Boeing B-17 Flying Fortress

(Page Two)

The name Flying Fortress has entered the world of myth and legend. Perhaps more than any other plane, the B-17 represented the power of American aviation in the years that Europe was overrun by Axis troops. A total of 12,731 Flying Fortresses were produced during the war. Throughout the war they made history. On August 17, 1942, B-17s began daylight bombing missions in Europe. On January 27, 1943, they began bombing raids on Germany. (The night bombing raids were conducted by tour-engine RAF planes.) Wilhelmshaven, Schweinfurt, Wiener Neustadt, Regensburg, and Berlin were only some of the cities that saw the skies filled with hundreds and hundreds of bombers in formation, together with the flaming wreckage of hundreds more. Thousands of lives were lost, and cities were almost completely leveled.

Project 299, as Boeing called it, got started on August 16, 1934, only eight days after the company had received the official government request for a prototype multi-engine bomber to be ready by August of the following year. Specifications called for a plane that could carry a payload of 2,000 pounds a distance of between 1,000 and 2,000 miles at speeds between 200 and 250 m.p.h. The Boeing designers took advantage of the knowledge they had gained in building the civil transport Model 247 and in developing the Model 294 bomber. The first prototype took to the air on July 28,1935. Less than a month later, in a transfer flight, it showed what it could do, flying over 2,000 miles nonstop in nine hours. This plane was destroyed on October 30 during takeoff, and 13 pre-series aircraft were ordered built for testing. The first of these planes, the YB-17, took to the air on December 2, 1936, and the others were delivered for testing between March 1 and August 5, 1937, to the 2nd Bombardment Group. Another body, originally designed for static testing, was equipped with four Wright engines and super-chargers and designated the Y1 B-17A. The performance of this plane was so promising that the supercharger became standard in later production. Static tests were deemed unnecessary after one of the Y1B-17s had flown through a storm without any damage.
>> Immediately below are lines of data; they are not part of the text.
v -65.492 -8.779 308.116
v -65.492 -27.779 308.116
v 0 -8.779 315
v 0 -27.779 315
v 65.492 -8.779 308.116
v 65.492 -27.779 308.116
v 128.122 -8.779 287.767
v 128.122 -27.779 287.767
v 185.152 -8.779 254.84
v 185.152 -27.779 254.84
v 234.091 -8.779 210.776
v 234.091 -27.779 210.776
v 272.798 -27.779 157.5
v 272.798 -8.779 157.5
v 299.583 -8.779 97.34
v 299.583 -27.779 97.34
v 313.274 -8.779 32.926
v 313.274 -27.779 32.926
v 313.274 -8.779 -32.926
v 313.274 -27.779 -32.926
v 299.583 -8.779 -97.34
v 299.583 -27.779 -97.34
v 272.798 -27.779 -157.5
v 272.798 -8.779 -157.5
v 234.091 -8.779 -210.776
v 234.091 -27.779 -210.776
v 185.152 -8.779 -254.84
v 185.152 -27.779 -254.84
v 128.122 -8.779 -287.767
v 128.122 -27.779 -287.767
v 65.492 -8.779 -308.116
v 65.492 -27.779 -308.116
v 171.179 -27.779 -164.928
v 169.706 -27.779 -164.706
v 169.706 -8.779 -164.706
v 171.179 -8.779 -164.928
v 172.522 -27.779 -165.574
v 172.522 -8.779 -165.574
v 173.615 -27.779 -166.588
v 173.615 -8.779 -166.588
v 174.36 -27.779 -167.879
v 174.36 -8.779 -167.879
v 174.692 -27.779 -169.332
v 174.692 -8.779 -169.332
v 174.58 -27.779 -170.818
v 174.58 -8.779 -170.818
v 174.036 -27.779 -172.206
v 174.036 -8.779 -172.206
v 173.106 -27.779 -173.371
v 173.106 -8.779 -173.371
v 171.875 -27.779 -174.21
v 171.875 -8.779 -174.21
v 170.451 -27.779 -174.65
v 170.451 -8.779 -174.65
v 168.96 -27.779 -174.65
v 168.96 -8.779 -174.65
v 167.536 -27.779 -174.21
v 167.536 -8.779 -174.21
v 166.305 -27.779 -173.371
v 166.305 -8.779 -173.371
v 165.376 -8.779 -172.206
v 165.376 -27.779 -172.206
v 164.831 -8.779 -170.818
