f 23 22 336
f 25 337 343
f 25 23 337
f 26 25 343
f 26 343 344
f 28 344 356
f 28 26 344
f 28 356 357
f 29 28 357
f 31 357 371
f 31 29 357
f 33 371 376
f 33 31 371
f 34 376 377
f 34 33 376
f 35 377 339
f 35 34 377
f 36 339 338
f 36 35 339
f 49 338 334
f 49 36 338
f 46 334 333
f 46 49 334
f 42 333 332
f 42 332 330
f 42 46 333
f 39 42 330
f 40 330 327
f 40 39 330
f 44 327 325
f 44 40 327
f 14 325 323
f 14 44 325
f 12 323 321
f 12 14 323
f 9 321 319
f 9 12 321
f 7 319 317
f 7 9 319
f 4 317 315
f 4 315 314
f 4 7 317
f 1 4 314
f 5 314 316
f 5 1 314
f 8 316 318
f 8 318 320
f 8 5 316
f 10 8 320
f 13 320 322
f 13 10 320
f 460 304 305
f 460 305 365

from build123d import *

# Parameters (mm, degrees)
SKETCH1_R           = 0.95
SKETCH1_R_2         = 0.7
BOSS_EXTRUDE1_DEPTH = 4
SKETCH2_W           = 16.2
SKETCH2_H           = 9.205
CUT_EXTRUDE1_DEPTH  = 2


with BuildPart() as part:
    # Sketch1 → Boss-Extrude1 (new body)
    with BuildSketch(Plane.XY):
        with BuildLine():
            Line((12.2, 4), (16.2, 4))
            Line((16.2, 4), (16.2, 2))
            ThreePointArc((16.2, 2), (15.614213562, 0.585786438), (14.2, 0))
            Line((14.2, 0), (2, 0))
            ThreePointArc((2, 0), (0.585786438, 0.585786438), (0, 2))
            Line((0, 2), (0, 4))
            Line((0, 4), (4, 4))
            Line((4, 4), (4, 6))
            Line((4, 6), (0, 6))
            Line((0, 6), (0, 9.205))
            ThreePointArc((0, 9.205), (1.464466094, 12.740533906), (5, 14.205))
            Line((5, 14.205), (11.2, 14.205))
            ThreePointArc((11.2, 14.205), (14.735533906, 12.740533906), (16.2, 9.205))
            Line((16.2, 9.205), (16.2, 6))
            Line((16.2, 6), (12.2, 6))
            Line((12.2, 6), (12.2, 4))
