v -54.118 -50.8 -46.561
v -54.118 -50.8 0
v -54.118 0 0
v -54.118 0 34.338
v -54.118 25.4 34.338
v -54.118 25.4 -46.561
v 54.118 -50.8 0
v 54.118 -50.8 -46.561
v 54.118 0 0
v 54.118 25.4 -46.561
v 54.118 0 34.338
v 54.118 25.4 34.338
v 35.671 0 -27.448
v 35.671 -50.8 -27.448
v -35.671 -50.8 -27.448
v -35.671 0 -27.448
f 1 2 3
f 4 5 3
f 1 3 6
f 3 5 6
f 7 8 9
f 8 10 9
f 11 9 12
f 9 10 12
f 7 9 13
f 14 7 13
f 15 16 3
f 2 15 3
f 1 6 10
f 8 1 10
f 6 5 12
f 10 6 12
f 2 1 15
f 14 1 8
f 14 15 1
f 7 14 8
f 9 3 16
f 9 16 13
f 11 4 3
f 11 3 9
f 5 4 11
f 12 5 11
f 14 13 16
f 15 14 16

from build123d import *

# Parameters (mm, degrees)
F0_W     = 108.235746
F0_H     = 80.899004
F1_DEPTH = 25.4
F3_DEPTH = 50.8


with BuildPart() as f1:
    # F0 (on Front) → F1 (new body)
    with BuildSketch(Plane.XZ):
        with Locations((0, -6.111877)):
            Rectangle(F0_W, F0_H)
    extrude(amount=-F1_DEPTH)

    # F2 (on face) → F3 (join)
    with BuildSketch(Plane.XZ):
        Polygon((-35.671126, -27.447874), (-54.117873, -27.447874), (-54.117873, -46.561379), (54.117873, -46.561379), (54.117873, -27.447874), (35.671126, -27.447874), align=None)
        Polygon((-54.117873, 0), (-54.117873, -27.447874), (-35.671126, -27.447874), align=None)
        Polygon((54.117873, 0), (35.671126, -27.447874), (54.117873, -27.447874), align=None)
    extrude(amount=F3_DEPTH)


solid = f1.part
The first order for a series model came in 1938, when 39 B-l7Bs were ordered. A second order, for 38 B-17Cs (with heavier armament, armor for crew, and self-sealing fuel tanks) arrived in 1939, followed in 1940 by an order for 42 B-l7Ds, which were substantially identical with the preceding model. These last two versions of the Flying Fortress were the first to see combat. They were used from May, 1941, by the British (B-17C, with no great success) and after Pearl Harbor by the Americans. Most of the B-17s at Pearl Harbor were destroyed on the ground by the Japanese, but those that survived the Japanese attack were responsible for the first American air offensive of World War II. On December 10, 1941, B-17s attacked Japanese shipping.
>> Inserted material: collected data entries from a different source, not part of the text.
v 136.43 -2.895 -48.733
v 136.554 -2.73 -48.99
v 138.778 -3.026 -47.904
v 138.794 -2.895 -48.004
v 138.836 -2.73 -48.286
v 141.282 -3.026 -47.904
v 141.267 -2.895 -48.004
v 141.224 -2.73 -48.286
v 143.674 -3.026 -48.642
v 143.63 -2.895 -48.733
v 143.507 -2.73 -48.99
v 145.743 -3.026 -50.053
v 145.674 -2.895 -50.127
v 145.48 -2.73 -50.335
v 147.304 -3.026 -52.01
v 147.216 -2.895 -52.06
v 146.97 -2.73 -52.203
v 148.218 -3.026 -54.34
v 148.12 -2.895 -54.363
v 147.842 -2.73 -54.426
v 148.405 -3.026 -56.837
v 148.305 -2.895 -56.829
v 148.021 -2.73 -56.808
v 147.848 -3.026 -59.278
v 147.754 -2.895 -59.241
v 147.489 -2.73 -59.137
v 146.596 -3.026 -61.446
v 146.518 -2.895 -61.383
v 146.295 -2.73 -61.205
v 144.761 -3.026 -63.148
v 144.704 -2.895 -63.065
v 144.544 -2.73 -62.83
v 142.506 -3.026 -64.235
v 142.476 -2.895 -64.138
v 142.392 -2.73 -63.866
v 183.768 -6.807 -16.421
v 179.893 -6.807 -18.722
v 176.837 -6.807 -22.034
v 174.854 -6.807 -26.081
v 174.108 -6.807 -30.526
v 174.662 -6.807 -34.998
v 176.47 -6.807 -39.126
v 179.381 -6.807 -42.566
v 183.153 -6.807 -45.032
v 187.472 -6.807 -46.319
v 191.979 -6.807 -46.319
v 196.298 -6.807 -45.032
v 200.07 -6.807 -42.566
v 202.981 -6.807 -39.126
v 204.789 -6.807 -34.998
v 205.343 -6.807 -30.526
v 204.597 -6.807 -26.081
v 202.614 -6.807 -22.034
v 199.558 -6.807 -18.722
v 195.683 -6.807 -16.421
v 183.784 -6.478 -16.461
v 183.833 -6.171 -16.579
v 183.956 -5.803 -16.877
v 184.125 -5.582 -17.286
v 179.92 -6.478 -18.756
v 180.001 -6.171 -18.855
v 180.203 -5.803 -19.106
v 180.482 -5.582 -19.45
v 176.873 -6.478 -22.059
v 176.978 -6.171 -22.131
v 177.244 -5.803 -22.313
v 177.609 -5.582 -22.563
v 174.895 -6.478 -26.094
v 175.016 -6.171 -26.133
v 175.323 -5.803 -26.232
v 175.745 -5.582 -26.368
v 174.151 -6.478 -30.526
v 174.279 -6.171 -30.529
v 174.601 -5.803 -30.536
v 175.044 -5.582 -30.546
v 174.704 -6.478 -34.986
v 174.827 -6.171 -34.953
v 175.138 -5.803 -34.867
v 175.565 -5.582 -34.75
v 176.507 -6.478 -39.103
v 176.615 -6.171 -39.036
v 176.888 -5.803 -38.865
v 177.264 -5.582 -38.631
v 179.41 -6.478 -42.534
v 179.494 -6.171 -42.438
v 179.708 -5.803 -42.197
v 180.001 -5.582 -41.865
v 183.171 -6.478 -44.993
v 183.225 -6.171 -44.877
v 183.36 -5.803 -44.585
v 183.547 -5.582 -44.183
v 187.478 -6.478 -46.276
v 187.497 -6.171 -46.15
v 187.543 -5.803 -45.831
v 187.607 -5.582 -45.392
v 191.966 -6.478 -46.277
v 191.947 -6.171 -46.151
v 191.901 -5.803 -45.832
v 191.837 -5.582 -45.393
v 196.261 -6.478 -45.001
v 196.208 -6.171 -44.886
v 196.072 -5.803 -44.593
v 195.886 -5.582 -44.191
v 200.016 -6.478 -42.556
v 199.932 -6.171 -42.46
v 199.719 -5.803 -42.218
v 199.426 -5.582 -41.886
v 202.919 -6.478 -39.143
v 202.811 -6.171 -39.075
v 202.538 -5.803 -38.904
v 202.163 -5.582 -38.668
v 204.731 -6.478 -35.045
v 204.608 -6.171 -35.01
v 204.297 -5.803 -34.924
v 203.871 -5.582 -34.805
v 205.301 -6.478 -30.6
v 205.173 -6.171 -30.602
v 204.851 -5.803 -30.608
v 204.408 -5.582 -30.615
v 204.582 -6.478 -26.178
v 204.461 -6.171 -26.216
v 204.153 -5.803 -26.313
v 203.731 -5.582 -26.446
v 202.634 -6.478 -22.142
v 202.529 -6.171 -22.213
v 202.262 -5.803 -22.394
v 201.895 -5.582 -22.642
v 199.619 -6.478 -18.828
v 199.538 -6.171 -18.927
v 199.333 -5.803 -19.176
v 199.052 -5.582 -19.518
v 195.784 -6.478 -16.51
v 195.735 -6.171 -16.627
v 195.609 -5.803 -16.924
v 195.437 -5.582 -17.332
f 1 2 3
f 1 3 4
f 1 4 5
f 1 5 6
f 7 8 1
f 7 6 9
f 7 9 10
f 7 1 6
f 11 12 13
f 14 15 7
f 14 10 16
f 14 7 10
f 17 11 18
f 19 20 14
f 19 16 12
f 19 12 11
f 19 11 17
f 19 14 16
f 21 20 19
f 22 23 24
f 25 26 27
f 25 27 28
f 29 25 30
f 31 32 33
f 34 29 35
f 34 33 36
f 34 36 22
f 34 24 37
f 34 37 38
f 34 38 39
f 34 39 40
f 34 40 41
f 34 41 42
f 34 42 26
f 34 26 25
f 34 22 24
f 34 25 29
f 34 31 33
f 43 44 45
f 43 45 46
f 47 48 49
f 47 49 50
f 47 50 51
The 1941 version, the B-17E, was extensively modified. The entire rear section of the plane was radically altered to provide greater stability, especially at high altitude, and to make room for the installation of a defensive gun position in the tail. The plane's armament was increased by the addition of two mechanically controlled gun turrets, one on the back and one in the belly. Both turrets had 12.7-mm. guns, and machine guns were also installed on the sides of the fuselage. Two 7.62-mm. light machine guns, manually operated, were kept forward. A total of 512 B-17Es were built. They appeared in the Pacific first, early in 1942, and later in Europe, in July, with units of the 8th Air Force, based in Great Britain. On August 17 these planes made their first raid on the European front, with a daylight bombing mission to Rouen.

The next model was the B-17F, which appeared in 1942. It had still heavier armament and some other modifications. A total of 3,400 aircraft were built. Lockheed and Douglas helped in the production of this model, with 500 and 600 planes respectively. The rest were produced at the Boeing plant in Seattle.

The largest production series of the Flying Fortress was the B-17G. The Boeing company built 4,035; Douglas built 2,400 in Long Beach; and Lockheed built 2,250 in Burbank. Most of these 8,685 planes were sent to Europe, beginning in 1943. These planes had heavier defensive armament, with a remote-controlled turret forward, just below the navigator-bomber's position.

Several experimental versions were also built, as well as non-bomber B-17s, including photo-reconnaissance, naval rescue, and transport models. The United States was not the only country to employ the Flying Fortress. During the war the RAF took just over 200 Flying Fortresses, 20 of them B-l7Cs and the rest models E, F, and G. These planes were assigned to Bomber Command and to Coastal Command and remained in service until the end of the war.

The Germans captured about 20 Flying Fortresses, some intact and some damaged. They were assigned to the Kampfgeschwader 200 and used to study improved fighter tactics. Some of these planes were used by the Luftwaffe in secret operations, either without insignia or with fake USAAF insignia.

After the war some surviving B-l7Gs served in the new Israeli air force and in the air forces of Brazil and the Dominican Republic. And some Flying Fortresses were transformed into water bombers for fighting forest fires.